- [MATERIAL FOR THIS TASK]
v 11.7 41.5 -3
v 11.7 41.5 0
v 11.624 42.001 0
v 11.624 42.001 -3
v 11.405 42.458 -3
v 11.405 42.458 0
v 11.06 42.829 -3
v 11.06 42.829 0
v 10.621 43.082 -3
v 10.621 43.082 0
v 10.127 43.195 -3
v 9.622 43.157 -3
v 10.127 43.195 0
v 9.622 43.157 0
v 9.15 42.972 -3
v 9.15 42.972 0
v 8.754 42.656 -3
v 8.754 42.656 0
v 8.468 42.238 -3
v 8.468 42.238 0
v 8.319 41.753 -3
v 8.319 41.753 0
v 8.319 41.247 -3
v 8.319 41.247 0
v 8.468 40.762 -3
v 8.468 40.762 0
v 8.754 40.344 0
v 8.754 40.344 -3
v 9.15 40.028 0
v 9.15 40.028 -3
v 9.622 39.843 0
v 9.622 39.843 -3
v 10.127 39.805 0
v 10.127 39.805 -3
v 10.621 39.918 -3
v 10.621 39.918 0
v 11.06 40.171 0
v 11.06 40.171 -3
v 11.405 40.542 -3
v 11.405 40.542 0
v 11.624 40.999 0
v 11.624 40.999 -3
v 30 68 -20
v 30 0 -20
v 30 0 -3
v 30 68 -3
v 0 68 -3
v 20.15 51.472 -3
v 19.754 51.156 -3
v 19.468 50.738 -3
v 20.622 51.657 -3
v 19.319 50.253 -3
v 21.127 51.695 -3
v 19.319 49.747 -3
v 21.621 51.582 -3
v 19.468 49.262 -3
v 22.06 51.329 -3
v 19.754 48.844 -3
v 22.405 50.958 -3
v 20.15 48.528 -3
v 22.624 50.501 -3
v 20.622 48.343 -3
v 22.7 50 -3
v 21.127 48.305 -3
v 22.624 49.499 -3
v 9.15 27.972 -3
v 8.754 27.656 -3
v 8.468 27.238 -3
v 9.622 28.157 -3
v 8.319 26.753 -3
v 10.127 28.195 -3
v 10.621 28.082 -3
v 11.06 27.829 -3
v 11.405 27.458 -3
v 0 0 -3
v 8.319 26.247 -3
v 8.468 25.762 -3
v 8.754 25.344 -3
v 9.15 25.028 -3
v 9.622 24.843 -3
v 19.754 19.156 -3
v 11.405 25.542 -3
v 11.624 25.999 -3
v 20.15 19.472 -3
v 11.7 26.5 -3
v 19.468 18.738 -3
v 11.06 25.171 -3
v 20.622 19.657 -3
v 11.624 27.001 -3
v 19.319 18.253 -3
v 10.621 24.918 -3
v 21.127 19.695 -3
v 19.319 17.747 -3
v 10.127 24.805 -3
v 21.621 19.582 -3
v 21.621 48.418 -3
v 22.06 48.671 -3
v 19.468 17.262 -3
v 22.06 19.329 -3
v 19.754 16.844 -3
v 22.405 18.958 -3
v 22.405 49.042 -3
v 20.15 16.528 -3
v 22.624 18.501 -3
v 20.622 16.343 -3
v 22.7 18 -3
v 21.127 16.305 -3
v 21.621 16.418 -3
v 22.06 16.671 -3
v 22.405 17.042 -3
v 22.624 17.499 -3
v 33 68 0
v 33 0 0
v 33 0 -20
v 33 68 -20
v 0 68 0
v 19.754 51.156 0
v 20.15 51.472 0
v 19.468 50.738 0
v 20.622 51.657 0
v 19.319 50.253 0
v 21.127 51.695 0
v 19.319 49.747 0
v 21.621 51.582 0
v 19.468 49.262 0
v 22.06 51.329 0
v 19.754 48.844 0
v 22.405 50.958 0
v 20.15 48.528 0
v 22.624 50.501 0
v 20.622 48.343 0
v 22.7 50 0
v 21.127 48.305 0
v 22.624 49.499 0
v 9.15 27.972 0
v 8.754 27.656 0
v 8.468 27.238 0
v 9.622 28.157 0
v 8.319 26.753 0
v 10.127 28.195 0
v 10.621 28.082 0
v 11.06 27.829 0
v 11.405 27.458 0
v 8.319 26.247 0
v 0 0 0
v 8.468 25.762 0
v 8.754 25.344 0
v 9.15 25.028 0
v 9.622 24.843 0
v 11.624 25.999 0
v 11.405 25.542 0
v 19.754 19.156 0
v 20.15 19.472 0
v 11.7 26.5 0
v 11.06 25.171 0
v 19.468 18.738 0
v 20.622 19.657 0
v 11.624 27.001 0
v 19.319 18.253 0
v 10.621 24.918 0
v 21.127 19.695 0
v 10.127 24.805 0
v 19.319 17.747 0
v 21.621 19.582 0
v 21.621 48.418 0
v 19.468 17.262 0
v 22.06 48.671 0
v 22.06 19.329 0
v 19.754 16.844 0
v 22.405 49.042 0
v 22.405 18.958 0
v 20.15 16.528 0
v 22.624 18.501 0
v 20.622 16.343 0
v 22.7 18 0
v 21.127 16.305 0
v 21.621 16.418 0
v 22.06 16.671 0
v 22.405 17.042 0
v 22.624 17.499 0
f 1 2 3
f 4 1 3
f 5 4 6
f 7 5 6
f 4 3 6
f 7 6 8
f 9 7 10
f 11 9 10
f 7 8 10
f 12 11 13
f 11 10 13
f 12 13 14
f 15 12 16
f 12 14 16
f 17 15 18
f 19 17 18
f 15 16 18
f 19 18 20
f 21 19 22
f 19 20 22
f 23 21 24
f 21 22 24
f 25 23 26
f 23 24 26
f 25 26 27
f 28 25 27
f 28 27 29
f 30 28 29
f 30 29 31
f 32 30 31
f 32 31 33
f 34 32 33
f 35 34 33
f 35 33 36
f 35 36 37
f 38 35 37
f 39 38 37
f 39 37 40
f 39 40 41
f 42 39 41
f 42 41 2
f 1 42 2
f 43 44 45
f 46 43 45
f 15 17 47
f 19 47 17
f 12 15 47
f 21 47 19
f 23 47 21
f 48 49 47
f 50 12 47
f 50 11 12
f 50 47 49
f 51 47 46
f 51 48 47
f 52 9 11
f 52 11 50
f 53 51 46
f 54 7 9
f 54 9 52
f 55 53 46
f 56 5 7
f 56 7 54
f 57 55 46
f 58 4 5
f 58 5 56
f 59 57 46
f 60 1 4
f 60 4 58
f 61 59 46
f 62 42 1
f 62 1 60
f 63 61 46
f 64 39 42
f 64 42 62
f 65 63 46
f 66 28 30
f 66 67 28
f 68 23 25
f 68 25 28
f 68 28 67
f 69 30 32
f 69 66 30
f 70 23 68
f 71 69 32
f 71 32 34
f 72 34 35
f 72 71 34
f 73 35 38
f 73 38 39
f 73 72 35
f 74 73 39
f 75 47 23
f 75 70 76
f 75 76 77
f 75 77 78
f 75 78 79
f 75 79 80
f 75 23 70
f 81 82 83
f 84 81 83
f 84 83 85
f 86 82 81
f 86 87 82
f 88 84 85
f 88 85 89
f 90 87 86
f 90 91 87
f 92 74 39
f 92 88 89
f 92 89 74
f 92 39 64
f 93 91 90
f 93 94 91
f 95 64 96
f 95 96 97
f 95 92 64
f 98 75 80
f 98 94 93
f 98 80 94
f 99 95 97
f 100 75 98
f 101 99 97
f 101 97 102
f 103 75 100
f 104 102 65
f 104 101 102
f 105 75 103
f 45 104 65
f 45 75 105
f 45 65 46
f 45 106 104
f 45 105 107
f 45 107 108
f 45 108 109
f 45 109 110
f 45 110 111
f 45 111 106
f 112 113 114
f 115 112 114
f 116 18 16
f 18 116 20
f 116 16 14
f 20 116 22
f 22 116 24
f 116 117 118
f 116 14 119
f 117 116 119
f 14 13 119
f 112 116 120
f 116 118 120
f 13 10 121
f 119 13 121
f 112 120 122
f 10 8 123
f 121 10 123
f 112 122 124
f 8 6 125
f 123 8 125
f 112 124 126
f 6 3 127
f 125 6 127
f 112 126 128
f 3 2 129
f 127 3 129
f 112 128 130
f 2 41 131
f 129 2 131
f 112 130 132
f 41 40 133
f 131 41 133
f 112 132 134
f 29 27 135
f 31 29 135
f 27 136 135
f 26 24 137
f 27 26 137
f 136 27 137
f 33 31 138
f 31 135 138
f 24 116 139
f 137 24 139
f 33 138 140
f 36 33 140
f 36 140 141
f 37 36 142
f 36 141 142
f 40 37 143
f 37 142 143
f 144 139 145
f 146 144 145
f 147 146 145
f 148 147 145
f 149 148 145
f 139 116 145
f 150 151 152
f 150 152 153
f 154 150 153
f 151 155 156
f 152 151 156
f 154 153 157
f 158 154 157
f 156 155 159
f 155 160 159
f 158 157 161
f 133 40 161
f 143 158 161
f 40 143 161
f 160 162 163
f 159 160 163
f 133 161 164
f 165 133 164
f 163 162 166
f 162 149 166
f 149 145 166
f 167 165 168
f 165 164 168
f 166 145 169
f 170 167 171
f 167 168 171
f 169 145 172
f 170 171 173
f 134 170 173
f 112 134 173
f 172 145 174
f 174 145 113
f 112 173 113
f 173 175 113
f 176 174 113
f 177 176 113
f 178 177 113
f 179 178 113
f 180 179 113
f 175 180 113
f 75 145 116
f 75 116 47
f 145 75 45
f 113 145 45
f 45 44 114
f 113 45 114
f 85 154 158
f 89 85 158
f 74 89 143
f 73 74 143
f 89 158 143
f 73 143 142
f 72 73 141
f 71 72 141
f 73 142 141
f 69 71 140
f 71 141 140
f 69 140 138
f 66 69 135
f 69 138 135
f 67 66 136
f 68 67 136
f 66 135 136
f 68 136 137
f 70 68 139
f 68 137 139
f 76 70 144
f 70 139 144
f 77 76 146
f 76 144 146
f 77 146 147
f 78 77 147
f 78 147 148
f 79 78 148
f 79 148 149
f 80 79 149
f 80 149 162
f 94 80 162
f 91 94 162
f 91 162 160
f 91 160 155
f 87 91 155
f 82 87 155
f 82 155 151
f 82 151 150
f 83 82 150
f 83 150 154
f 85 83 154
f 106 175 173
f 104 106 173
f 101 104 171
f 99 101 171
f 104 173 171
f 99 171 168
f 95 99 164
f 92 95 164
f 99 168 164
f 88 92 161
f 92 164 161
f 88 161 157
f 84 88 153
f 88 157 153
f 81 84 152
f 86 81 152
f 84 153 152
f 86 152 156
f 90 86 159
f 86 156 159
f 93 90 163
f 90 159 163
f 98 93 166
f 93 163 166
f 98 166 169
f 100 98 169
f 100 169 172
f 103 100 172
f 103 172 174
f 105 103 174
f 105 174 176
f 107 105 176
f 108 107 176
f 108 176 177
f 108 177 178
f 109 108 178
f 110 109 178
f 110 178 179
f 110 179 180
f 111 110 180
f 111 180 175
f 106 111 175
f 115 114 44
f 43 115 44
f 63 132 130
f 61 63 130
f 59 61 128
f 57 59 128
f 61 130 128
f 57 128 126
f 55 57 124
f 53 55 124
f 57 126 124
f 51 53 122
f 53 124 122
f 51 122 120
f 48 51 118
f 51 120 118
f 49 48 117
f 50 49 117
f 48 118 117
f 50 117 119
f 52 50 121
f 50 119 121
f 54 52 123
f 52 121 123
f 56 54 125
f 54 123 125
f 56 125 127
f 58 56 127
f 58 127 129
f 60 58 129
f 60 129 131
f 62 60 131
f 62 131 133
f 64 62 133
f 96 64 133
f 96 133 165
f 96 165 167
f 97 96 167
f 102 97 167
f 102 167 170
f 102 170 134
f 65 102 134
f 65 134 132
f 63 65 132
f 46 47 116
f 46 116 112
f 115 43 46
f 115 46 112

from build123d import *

# Parameters (mm, degrees)
SKETCH_1_W          = 30
SKETCH_1_H          = 3
EXTRUDE_1_DEPTH     = 68
CUT_EXTRUDE_1_REACH = 80.186
SKETCH_2_R          = 1.7


with BuildPart() as part:
    # 草图1 → 凸台-拉伸1 (new body)
    with BuildSketch(Plane(origin=(0, 0, 0), x_dir=(1, 0, 0), z_dir=(0, 1, 0))):
        with Locations((15, 1.5)):
            Rectangle(SKETCH_1_W, SKETCH_1_H)
        Polygon((33, 20), (30, 20), (30, 3), (30, 0), (33, 0), align=None)
    extrude(amount=EXTRUDE_1_DEPTH)

    # 草图2 → 切除-拉伸1 (cut, up to next)
    with BuildSketch(Plane.XY, mode=Mode.PRIVATE) as cut_extrude_1_sk1:
        with Locations((21, 18)):
            Circle(SKETCH_2_R)
    cut_extrude_1_tool1 = extrude(cut_extrude_1_sk1.sketch, amount=-CUT_EXTRUDE_1_REACH, mode=Mode.PRIVATE) & part.part
    # 草图2 → 切除-拉伸1 (cut, up to next)
    with BuildSketch(Plane.XY, mode=Mode.PRIVATE) as cut_extrude_1_sk2:
        with Locations((21, 50)):
            Circle(SKETCH_2_R)
    cut_extrude_1_tool2 = extrude(cut_extrude_1_sk2.sketch, amount=-CUT_EXTRUDE_1_REACH, mode=Mode.PRIVATE) & part.part
    # 草图2 → 切除-拉伸1 (cut, up to next)
    with BuildSketch(Plane.XY, mode=Mode.PRIVATE) as cut_extrude_1_sk3:
        with Locations((10, 26.5)):
            Circle(SKETCH_2_R)
    cut_extrude_1_tool3 = extrude(cut_extrude_1_sk3.sketch, amount=-CUT_EXTRUDE_1_REACH, mode=Mode.PRIVATE) & part.part
    # 草图2 → 切除-拉伸1 (cut, up to next)
    with BuildSketch(Plane.XY, mode=Mode.PRIVATE) as cut_extrude_1_sk4:
        with Locations((10, 41.5)):
            Circle(SKETCH_2_R)
    cut_extrude_1_tool4 = extrude(cut_extrude_1_sk4.sketch, amount=-CUT_EXTRUDE_1_REACH, mode=Mode.PRIVATE) & part.part
    add(cut_extrude_1_tool1.solids().sort_by_distance((21, 18, 0))[0], mode=Mode.SUBTRACT)
    add(cut_extrude_1_tool2.solids().sort_by_distance((21, 50, 0))[0], mode=Mode.SUBTRACT)
    add(cut_extrude_1_tool3.solids().sort_by_distance((10, 26.5, 0))[0], mode=Mode.SUBTRACT)
    add(cut_extrude_1_tool4.solids().sort_by_distance((10, 41.5, 0))[0], mode=Mode.SUBTRACT)


solid = part.part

- [DIRECTIONS FOR THIS TASK]
Using only the listing above, restate exactly the lines from the line containing "f 90 159 163" through the line containing "f 115 46 112", both included.

- [TASK ANSWER]
f 90 159 163
f 98 93 166
f 93 163 166
f 98 166 169
f 100 98 169
f 100 169 172
f 103 100 172
f 103 172 174
f 105 103 174
f 105 174 176
f 107 105 176
f 108 107 176
f 108 176 177
f 108 177 178
f 109 108 178
f 110 109 178
f 110 178 179
f 110 179 180
f 111 110 180
f 111 180 175
f 106 111 175
f 115 114 44
f 43 115 44
f 63 132 130
f 61 63 130
f 59 61 128
f 57 59 128
f 61 130 128
f 57 128 126
f 55 57 124
f 53 55 124
f 57 126 124
f 51 53 122
f 53 124 122
f 51 122 120
f 48 51 118
f 51 120 118
f 49 48 117
f 50 49 117
f 48 118 117
f 50 117 119
f 52 50 121
f 50 119 121
f 54 52 123
f 52 121 123
f 56 54 125
f 54 123 125
f 56 125 127
f 58 56 127
f 58 127 129
f 60 58 129
f 60 129 131
f 62 60 131
f 62 131 133
f 64 62 133
f 96 64 133
f 96 133 165
f 96 165 167
f 97 96 167
f 102 97 167
f 102 167 170
f 102 170 134
f 65 102 134
f 65 134 132
f 63 65 132
f 46 47 116
f 46 116 112
f 115 43 46
f 115 46 112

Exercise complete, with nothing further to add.